• Data section:

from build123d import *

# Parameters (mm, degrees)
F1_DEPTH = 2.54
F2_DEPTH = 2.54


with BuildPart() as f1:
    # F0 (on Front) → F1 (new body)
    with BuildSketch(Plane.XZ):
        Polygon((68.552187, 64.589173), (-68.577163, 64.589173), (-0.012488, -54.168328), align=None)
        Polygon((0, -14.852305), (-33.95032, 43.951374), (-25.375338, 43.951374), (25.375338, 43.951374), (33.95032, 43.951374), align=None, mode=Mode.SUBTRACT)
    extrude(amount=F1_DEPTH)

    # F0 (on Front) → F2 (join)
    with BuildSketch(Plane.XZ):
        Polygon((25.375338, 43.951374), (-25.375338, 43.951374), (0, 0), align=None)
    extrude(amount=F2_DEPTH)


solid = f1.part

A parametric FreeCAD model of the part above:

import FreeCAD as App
import Part
import Sketcher
from FreeCAD import Vector
Q = App.Units.Quantity


def add_polygon(sketch, points):
    """Adds a closed chain of lines whose ends are joined by coincident constraints."""
    first, n = sketch.GeometryCount, len(points)
    for a, b in zip(points, points[1:] + points[:1]):
        sketch.addGeometry(Part.LineSegment(App.Vector(*a, 0), App.Vector(*b, 0)), False)
    for i in range(n):
        sketch.addConstraint(Sketcher.Constraint("Coincident", first + i, 2, first + (i + 1) % n, 1))

doc = App.newDocument("Part")
body = doc.addObject("PartDesign::Body", "Body")

sketch1 = body.newObject("Sketcher::SketchObject", "Sketch")
sketch1.AttachmentSupport = (doc.getObject("XZ_Plane"), [""])
sketch1.MapMode = "FlatFace"
add_polygon(sketch1, [(69, 65), (-69, 65), (0, -54)])
add_polygon(sketch1, [(34, 44), (0, -15), (-34, 44)])
sketch1.addConstraint(Sketcher.Constraint("Horizontal", 0))
sketch1.addConstraint(Sketcher.Constraint("Horizontal", 5))
sketch1.addConstraint(Sketcher.Constraint("PointOnObject", 3, 2, -2))
sketch1.addConstraint(Sketcher.Constraint("Parallel", 2, 3))
sketch1.addConstraint(Sketcher.Constraint("Parallel", 1, 4))
sketch1.addConstraint(Sketcher.Constraint("Equal", 1, 2))
sketch1.addConstraint(Sketcher.Constraint("Angle", 1, Q("-60 deg")))
sketch1.addConstraint(Sketcher.Constraint("DistanceX", 0, 2, 0, 1, 137.12935))
sketch1.addConstraint(Sketcher.Constraint("DistanceX", 5, 1, 5, 2, 67.90064))
sketch1.addConstraint(Sketcher.Constraint("DistanceY", 4, 2, 0, 2, 20.637799))
sketch1.addConstraint(Sketcher.Constraint("DistanceX", 1, 2, -1, 1, 0.012488))
sketch1.addConstraint(Sketcher.Constraint("DistanceY", 1, 2, -1, 1, 54.168328))
pad1 = body.newObject("PartDesign::Pad", "Pad")
pad1.Profile = sketch1
pad1.Length = Q("0.1 in")

sketch2 = body.newObject("Sketcher::SketchObject", "Sketch001")
sketch2.AttachmentSupport = (doc.getObject("XZ_Plane"), [""])
sketch2.MapMode = "FlatFace"
add_polygon(sketch2, [(25, 44), (-25, 44), (0, 0)])
sketch2.addConstraint(Sketcher.Constraint("Horizontal", 0))
sketch2.addConstraint(Sketcher.Constraint("Coincident", 1, 2, -1, 1))
sketch2.addConstraint(Sketcher.Constraint("Equal", 1, 2))
sketch2.addConstraint(Sketcher.Constraint("Angle", 1, Q("-60 deg")))
sketch2.addConstraint(Sketcher.Constraint("DistanceX", 0, 2, 0, 1, 50.750676))
pad2 = body.newObject("PartDesign::Pad", "Pad001")
pad2.Profile = sketch2
pad2.Length = Q("0.1 in")

doc.recompute()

• What is needed:
Write out the complete listing above, exactly as it reads.

• Result below:
from build123d import *

# Parameters (mm, degrees)
F1_DEPTH = 2.54
F2_DEPTH = 2.54


with BuildPart() as f1:
    # F0 (on Front) → F1 (new body)
    with BuildSketch(Plane.XZ):
        Polygon((68.552187, 64.589173), (-68.577163, 64.589173), (-0.012488, -54.168328), align=None)
        Polygon((0, -14.852305), (-33.95032, 43.951374), (-25.375338, 43.951374), (25.375338, 43.951374), (33.95032, 43.951374), align=None, mode=Mode.SUBTRACT)
    extrude(amount=F1_DEPTH)

    # F0 (on Front) → F2 (join)
    with BuildSketch(Plane.XZ):
        Polygon((25.375338, 43.951374), (-25.375338, 43.951374), (0, 0), align=None)
    extrude(amount=F2_DEPTH)


solid = f1.part

A parametric FreeCAD model of the part above:

import FreeCAD as App
import Part
import Sketcher
from FreeCAD import Vector
Q = App.Units.Quantity


def add_polygon(sketch, points):
    """Adds a closed chain of lines whose ends are joined by coincident constraints."""
    first, n = sketch.GeometryCount, len(points)
    for a, b in zip(points, points[1:] + points[:1]):
        sketch.addGeometry(Part.LineSegment(App.Vector(*a, 0), App.Vector(*b, 0)), False)
    for i in range(n):
        sketch.addConstraint(Sketcher.Constraint("Coincident", first + i, 2, first + (i + 1) % n, 1))

doc = App.newDocument("Part")
body = doc.addObject("PartDesign::Body", "Body")

sketch1 = body.newObject("Sketcher::SketchObject", "Sketch")
sketch1.AttachmentSupport = (doc.getObject("XZ_Plane"), [""])
sketch1.MapMode = "FlatFace"
add_polygon(sketch1, [(69, 65), (-69, 65), (0, -54)])
add_polygon(sketch1, [(34, 44), (0, -15), (-34, 44)])
sketch1.addConstraint(Sketcher.Constraint("Horizontal", 0))
sketch1.addConstraint(Sketcher.Constraint("Horizontal", 5))
sketch1.addConstraint(Sketcher.Constraint("PointOnObject", 3, 2, -2))
sketch1.addConstraint(Sketcher.Constraint("Parallel", 2, 3))
sketch1.addConstraint(Sketcher.Constraint("Parallel", 1, 4))
sketch1.addConstraint(Sketcher.Constraint("Equal", 1, 2))
sketch1.addConstraint(Sketcher.Constraint("Angle", 1, Q("-60 deg")))
sketch1.addConstraint(Sketcher.Constraint("DistanceX", 0, 2, 0, 1, 137.12935))
sketch1.addConstraint(Sketcher.Constraint("DistanceX", 5, 1, 5, 2, 67.90064))
sketch1.addConstraint(Sketcher.Constraint("DistanceY", 4, 2, 0, 2, 20.637799))
sketch1.addConstraint(Sketcher.Constraint("DistanceX", 1, 2, -1, 1, 0.012488))
sketch1.addConstraint(Sketcher.Constraint("DistanceY", 1, 2, -1, 1, 54.168328))
pad1 = body.newObject("PartDesign::Pad", "Pad")
pad1.Profile = sketch1
pad1.Length = Q("0.1 in")

sketch2 = body.newObject("Sketcher::SketchObject", "Sketch001")
sketch2.AttachmentSupport = (doc.getObject("XZ_Plane"), [""])
sketch2.MapMode = "FlatFace"
add_polygon(sketch2, [(25, 44), (-25, 44), (0, 0)])
sketch2.addConstraint(Sketcher.Constraint("Horizontal", 0))
sketch2.addConstraint(Sketcher.Constraint("Coincident", 1, 2, -1, 1))
sketch2.addConstraint(Sketcher.Constraint("Equal", 1, 2))
sketch2.addConstraint(Sketcher.Constraint("Angle", 1, Q("-60 deg")))
sketch2.addConstraint(Sketcher.Constraint("DistanceX", 0, 2, 0, 1, 50.750676))
pad2 = body.newObject("PartDesign::Pad", "Pad001")
pad2.Profile = sketch2
pad2.Length = Q("0.1 in")

doc.recompute()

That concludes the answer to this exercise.